Beside the detective, a familiar floating book. It speaks to her with an unnatural voice, layers and layers of sounds and tones mashed together, as if the chorus of a thousand different people all whispering the same few verses.

“What is the plan here, detective?” it asks.

Amelia Watson inspects one of the doors. She shrugs. “No plan.”

“Come now,” it insists, following her around as she walks from door to door, inspecting each. “We’re trapped in the same infinite space, let’s just cut to the chase.”

Amelia turns around to face the book. It emits a familiar kind of aura. A familiar kind of madness. “Where are we? What’s behind these doors? And where are you keeping her?”

The book laughs. It’s laughter sounds disorienting, hollow and somehow all encompassing. The chorus of voices hurt Amelia’s ears.

“So many questions, detective.”

“Answer,” commands Amelia.

“We are in an endless domain, lost to both the constraints of time and space. Your ability to time travel as you please, combined with the Priestess’s ability to bend the laws of reality makes for an interesting combination.

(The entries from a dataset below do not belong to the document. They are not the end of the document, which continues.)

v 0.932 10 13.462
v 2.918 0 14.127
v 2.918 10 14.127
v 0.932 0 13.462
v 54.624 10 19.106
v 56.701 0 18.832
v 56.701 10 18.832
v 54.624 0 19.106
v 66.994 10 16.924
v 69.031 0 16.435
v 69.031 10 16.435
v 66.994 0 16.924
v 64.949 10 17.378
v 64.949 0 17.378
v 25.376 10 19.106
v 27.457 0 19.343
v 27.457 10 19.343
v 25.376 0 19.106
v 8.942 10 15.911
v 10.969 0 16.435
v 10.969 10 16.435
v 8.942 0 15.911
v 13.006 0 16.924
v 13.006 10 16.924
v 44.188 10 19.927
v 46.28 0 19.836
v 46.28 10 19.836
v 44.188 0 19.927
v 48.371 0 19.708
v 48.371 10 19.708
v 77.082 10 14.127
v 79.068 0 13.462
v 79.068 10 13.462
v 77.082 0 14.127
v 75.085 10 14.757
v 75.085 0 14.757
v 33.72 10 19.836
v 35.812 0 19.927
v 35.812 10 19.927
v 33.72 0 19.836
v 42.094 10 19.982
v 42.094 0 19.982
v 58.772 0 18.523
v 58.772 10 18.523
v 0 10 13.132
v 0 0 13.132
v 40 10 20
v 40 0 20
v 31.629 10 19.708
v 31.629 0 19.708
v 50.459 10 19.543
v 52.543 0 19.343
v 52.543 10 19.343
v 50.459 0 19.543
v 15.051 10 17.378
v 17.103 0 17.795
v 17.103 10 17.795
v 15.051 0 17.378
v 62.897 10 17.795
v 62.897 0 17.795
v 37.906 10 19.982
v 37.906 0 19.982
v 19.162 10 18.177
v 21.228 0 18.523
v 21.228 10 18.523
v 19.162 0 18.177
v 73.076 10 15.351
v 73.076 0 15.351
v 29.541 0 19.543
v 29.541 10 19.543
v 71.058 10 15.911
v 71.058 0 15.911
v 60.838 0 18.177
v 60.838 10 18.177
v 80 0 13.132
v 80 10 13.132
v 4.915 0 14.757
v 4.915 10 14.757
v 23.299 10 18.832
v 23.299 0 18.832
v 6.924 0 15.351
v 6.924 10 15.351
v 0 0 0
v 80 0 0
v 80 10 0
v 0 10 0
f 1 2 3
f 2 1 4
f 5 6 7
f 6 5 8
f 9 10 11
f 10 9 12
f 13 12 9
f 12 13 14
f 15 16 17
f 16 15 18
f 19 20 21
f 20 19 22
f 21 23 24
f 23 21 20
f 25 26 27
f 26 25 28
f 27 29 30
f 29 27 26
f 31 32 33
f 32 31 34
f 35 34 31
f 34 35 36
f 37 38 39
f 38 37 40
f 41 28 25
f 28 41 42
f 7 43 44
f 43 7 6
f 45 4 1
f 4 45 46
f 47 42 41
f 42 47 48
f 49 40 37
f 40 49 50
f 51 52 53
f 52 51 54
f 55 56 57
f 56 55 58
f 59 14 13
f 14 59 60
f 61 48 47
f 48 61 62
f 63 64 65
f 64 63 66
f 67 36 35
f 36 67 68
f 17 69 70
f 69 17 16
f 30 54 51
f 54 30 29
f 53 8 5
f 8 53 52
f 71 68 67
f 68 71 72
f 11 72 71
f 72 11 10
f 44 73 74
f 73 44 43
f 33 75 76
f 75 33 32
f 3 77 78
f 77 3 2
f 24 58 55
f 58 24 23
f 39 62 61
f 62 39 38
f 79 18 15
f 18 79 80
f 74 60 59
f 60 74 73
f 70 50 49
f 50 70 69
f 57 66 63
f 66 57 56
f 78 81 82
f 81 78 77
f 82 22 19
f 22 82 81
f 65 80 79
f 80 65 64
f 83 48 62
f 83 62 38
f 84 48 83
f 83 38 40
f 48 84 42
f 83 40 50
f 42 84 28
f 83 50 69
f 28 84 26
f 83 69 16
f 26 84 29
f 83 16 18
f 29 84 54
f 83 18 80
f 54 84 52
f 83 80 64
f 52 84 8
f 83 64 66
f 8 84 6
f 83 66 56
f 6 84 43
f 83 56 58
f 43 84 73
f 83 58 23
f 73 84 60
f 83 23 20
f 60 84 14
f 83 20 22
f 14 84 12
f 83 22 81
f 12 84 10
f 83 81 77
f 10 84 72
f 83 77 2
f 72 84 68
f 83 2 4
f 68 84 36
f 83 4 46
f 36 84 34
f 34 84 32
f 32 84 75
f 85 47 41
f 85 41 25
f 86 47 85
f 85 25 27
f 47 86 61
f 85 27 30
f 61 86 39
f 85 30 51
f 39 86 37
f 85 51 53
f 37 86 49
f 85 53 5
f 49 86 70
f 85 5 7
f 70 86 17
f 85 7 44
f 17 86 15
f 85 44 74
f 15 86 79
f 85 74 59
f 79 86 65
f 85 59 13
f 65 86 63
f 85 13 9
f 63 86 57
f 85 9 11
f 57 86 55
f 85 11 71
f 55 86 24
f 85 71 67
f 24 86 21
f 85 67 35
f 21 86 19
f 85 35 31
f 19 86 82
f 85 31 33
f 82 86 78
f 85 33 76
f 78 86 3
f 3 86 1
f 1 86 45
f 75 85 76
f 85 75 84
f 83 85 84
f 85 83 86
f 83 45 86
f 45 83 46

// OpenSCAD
$fs = 0.2;
$fa = 1;

intersection() {
	translate([40, 0, -100]) {
		rotate([-90, 0, 0]) {
			cylinder(r=120, h=10);
		}
	}
	cube([80, 10, 1000]);
}
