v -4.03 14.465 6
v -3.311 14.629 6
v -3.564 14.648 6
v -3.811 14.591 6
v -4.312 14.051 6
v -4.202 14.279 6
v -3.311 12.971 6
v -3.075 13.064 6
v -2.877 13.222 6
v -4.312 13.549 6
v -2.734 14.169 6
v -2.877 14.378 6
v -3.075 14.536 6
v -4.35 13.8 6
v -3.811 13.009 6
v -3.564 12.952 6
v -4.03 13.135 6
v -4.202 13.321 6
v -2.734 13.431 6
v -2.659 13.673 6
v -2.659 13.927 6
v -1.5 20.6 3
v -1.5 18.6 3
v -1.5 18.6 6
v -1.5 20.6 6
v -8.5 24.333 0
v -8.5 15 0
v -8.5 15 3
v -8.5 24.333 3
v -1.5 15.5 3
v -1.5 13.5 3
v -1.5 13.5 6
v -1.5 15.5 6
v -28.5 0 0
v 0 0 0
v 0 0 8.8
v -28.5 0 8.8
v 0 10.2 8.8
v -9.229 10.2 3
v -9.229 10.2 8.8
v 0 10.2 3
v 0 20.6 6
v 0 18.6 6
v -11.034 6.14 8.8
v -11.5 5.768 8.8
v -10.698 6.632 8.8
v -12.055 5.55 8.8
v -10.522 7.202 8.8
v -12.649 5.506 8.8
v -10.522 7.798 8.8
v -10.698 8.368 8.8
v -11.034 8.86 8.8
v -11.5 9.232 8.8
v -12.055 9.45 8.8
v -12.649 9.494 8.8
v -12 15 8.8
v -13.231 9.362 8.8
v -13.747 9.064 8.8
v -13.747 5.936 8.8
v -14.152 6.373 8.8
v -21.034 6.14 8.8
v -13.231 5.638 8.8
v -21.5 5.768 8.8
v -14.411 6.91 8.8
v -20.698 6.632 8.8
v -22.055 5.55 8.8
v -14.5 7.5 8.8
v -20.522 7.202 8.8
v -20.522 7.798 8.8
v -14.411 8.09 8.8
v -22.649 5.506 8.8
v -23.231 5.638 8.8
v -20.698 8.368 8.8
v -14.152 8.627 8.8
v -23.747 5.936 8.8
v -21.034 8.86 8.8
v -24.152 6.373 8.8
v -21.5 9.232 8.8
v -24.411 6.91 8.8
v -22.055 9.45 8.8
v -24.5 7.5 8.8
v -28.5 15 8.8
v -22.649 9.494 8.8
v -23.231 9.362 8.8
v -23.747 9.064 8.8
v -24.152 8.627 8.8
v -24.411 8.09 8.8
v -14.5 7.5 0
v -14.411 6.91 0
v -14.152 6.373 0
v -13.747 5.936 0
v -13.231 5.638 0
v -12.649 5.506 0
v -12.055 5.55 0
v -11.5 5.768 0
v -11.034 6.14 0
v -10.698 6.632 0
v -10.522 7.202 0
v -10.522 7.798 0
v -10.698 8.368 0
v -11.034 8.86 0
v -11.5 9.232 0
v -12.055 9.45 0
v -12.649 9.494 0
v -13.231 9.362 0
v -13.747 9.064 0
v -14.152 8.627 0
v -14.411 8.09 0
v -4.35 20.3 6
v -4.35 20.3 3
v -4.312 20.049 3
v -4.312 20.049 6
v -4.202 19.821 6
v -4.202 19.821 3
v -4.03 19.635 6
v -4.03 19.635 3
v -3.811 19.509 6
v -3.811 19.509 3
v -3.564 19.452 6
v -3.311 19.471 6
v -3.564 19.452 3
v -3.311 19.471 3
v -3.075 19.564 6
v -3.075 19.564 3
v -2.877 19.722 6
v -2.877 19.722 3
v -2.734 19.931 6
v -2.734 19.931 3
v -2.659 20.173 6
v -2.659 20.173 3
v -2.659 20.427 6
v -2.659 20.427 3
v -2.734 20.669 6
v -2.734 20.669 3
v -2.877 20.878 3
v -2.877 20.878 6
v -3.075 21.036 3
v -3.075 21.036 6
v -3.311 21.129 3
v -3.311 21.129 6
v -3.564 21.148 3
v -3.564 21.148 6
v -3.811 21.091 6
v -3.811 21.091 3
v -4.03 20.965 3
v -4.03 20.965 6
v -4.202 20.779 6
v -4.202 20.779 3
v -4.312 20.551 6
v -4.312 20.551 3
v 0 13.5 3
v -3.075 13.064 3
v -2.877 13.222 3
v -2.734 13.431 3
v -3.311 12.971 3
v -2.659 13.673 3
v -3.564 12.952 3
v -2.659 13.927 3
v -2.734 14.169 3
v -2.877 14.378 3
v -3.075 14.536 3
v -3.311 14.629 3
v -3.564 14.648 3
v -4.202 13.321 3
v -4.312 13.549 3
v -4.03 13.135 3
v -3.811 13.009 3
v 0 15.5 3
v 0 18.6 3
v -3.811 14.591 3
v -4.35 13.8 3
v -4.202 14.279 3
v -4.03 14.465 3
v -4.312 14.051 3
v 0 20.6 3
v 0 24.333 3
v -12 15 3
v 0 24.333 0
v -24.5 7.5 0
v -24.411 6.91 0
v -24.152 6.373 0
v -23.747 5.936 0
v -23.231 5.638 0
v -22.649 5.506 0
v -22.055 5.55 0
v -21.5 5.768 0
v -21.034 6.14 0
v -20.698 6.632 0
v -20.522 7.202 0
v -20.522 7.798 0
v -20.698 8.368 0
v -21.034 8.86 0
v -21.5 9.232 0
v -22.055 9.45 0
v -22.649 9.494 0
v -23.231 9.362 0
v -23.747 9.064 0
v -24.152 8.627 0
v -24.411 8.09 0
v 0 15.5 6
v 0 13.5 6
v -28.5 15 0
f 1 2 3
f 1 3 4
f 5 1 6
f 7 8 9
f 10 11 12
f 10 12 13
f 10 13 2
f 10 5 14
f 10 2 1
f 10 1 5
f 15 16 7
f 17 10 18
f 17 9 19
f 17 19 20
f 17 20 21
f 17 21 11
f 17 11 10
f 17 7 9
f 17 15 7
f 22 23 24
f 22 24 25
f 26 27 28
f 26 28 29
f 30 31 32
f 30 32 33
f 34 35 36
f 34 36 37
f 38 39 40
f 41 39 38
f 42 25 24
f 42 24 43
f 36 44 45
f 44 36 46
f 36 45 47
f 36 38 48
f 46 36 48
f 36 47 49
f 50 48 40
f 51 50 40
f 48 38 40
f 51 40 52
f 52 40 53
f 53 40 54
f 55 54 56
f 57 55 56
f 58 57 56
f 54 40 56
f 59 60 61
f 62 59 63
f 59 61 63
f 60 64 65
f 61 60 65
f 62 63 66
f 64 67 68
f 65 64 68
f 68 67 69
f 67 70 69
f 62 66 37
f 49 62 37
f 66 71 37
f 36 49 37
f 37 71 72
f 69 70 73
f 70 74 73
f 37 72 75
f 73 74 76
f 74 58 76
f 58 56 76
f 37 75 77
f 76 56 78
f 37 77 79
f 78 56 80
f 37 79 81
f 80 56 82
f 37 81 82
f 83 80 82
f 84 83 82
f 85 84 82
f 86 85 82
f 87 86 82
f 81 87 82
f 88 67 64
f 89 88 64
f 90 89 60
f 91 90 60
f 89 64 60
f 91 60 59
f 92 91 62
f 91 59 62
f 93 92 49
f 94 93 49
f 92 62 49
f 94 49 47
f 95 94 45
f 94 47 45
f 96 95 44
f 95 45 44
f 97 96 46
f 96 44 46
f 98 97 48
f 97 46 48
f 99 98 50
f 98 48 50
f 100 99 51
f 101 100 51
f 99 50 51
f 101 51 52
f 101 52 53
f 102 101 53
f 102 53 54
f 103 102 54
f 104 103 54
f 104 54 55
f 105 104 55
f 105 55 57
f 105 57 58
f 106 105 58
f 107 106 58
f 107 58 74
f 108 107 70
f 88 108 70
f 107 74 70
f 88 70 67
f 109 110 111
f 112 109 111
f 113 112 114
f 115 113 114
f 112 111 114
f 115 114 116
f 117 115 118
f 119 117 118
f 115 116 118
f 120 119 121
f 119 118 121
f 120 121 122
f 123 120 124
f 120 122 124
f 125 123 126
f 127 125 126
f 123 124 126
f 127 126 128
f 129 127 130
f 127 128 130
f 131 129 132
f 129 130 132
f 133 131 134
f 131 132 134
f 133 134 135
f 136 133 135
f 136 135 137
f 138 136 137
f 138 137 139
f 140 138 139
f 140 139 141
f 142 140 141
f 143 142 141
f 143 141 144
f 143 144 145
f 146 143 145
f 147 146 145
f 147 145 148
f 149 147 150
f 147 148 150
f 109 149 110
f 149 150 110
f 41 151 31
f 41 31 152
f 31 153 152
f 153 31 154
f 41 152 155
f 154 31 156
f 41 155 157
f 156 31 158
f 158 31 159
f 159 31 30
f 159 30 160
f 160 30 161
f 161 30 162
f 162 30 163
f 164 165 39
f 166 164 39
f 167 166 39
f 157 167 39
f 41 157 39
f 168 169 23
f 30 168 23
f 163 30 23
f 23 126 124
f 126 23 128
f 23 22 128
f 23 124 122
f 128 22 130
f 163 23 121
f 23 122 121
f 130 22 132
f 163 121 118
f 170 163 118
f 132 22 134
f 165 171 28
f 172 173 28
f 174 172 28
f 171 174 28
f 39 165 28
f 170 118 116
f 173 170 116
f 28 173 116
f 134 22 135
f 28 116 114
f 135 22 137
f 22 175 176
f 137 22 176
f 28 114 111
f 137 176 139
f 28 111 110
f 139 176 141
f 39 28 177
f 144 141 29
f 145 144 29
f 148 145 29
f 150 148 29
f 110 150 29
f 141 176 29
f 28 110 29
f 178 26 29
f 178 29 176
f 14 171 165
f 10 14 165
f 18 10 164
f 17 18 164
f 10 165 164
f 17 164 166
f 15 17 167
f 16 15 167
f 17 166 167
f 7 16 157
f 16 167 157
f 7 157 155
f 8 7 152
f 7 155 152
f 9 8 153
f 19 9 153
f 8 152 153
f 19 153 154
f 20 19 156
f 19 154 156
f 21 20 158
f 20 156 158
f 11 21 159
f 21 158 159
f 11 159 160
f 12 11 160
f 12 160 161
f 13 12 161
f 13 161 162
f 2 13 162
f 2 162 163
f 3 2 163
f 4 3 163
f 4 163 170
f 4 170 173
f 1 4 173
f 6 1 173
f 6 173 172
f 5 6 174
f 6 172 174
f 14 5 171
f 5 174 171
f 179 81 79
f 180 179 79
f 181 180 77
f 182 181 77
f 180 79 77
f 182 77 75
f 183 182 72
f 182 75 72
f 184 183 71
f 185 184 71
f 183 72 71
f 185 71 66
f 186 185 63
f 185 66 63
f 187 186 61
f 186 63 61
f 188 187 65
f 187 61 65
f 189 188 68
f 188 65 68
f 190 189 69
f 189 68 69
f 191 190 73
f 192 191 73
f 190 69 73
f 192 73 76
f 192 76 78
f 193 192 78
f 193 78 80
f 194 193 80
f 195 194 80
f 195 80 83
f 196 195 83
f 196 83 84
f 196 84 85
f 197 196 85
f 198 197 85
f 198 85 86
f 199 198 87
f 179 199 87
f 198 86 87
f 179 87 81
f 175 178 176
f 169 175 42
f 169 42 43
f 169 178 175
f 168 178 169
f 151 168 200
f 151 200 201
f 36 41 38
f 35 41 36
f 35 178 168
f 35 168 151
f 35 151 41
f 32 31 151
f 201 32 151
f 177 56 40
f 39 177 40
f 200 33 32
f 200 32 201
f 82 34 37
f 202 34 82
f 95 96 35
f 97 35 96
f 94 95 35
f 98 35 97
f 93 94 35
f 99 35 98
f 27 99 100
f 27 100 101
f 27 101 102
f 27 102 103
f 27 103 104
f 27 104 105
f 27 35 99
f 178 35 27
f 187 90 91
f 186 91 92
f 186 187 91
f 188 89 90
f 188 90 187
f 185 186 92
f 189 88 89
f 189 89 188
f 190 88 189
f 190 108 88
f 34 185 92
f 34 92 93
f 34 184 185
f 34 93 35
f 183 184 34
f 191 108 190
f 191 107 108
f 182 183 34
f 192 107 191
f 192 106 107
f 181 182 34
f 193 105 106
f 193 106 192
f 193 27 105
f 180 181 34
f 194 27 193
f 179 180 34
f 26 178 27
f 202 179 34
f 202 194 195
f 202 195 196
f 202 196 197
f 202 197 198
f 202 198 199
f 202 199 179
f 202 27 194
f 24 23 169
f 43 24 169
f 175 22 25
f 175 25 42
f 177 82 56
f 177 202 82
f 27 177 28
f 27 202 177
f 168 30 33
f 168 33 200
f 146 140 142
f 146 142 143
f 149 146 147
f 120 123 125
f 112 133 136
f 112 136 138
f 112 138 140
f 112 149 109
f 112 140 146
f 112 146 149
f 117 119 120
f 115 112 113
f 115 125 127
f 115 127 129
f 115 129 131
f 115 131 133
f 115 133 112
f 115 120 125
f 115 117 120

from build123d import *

# Parameters (mm, degrees)
EXTRUDE_1_DEPTH     = 3
EXTRUDE_2_DEPTH     = 5.8
SKETCH_3_W          = 1.5
SKETCH_3_H          = 2
SKETCH_3_R          = 0.85
EXTRUDE_3_DEPTH     = 3
CUT_EXTRUDE_1_DEPTH = 8.8


with BuildPart() as part:
    # 草图1 → 凸台-拉伸1 (new body)
    with BuildSketch(Plane.XY):
        Polygon((0, 0), (-28.5, 0), (-28.5, 15), (-8.5, 15), (-8.5, 24.333), (0, 24.333), align=None)
    extrude(amount=EXTRUDE_1_DEPTH)

    # 草图2 → 凸台-拉伸2 (add)
    with BuildSketch(Plane.XY.offset(3)):
        Polygon((-12, 15), (-9.228718708, 10.2), (0, 10.2), (0, 0), (-28.5, 0), (-28.5, 15), align=None)
    extrude(amount=EXTRUDE_2_DEPTH)

    # 草图3 → 凸台-拉伸3 (add)
    with BuildSketch(Plane.XY.offset(3)):
        with Locations((-0.75, 19.6)):
            Rectangle(SKETCH_3_W, SKETCH_3_H)
        with Locations((-0.75, 14.5)):
            Rectangle(SKETCH_3_W, SKETCH_3_H)
        with Locations(Location((-3.5, 13.8, 0), (0, 0, 180))):
            Circle(SKETCH_3_R)
        with Locations(Location((-3.5, 20.3, 0), (0, 0, 180))):
            Circle(SKETCH_3_R)
    extrude(amount=EXTRUDE_3_DEPTH)

    # 草图5 → 切除-拉伸1 (cut)
    with BuildSketch(Plane.XY.offset(8.8)):
        with BuildLine():
            ThreePointArc((-20.5, 7.5), (-22.5, 9.5), (-24.5, 7.5))
            Line((-24.5, 7.5), (-20.5, 7.5))
        make_face()
        with BuildLine():
            Line((-20.5, 7.5), (-24.5, 7.5))
            ThreePointArc((-24.5, 7.5), (-22.5, 5.5), (-20.5, 7.5))
        make_face()
        with BuildLine():
            ThreePointArc((-10.5, 7.5), (-12.5, 9.5), (-14.5, 7.5))
            Line((-14.5, 7.5), (-10.5, 7.5))
        make_face()
        with BuildLine():
            Line((-10.5, 7.5), (-14.5, 7.5))
            ThreePointArc((-14.5, 7.5), (-12.5, 5.5), (-10.5, 7.5))
        make_face()
    extrude(amount=-CUT_EXTRUDE_1_DEPTH, mode=Mode.SUBTRACT)


solid = part.part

Here, you visit places in time as if they were physical locations. All of time simultaneously has happened, is happening, and will happen.”

“Fuck,” goes the detective, “you lost me there.”

The book continues on, uncaring as to whether or not Amelia Watson understands its explanation. “Behind the doors are memories, instances at points in time. Some of the past. Some of the present. And some of the future. All of them, of both yours and the Priestess’s.”

Watson nods. This is sort of what she wanted, actually. Nice to know her plan at least kind of worked, even though the specifics of it all are a little too hard to grasp.

“And for your final inquiry, it seems you misunderstand,” says the book, “ _she_ was never ours to contain.”

“What do you mean?”

“Allow us to answer your question with another. Who do you think has the power? Who do you think is the ruler of this domain?”

“Ninomae Ina’nis.”

“Correct,” says the book. The sound of applause echoes throughout. Discordant, chaotic. A mocking kind of sound. “We exist to bestow power upon the worthy. We exist within a vessel that is capable.”

“Ina has never done any wrong,” says Amelia.

Laughter, again. Amelia’s head begins to throb. “You misunderstand so much detective. Do you think that the end is the destruction of the world? It just so happens that pain and misery and madness and the breaking of minds and the shattering of spirits is a means to an end.”

“What is the end then?”

“Power, detective. _Power_. An increase in influence. Strength in controlling others.”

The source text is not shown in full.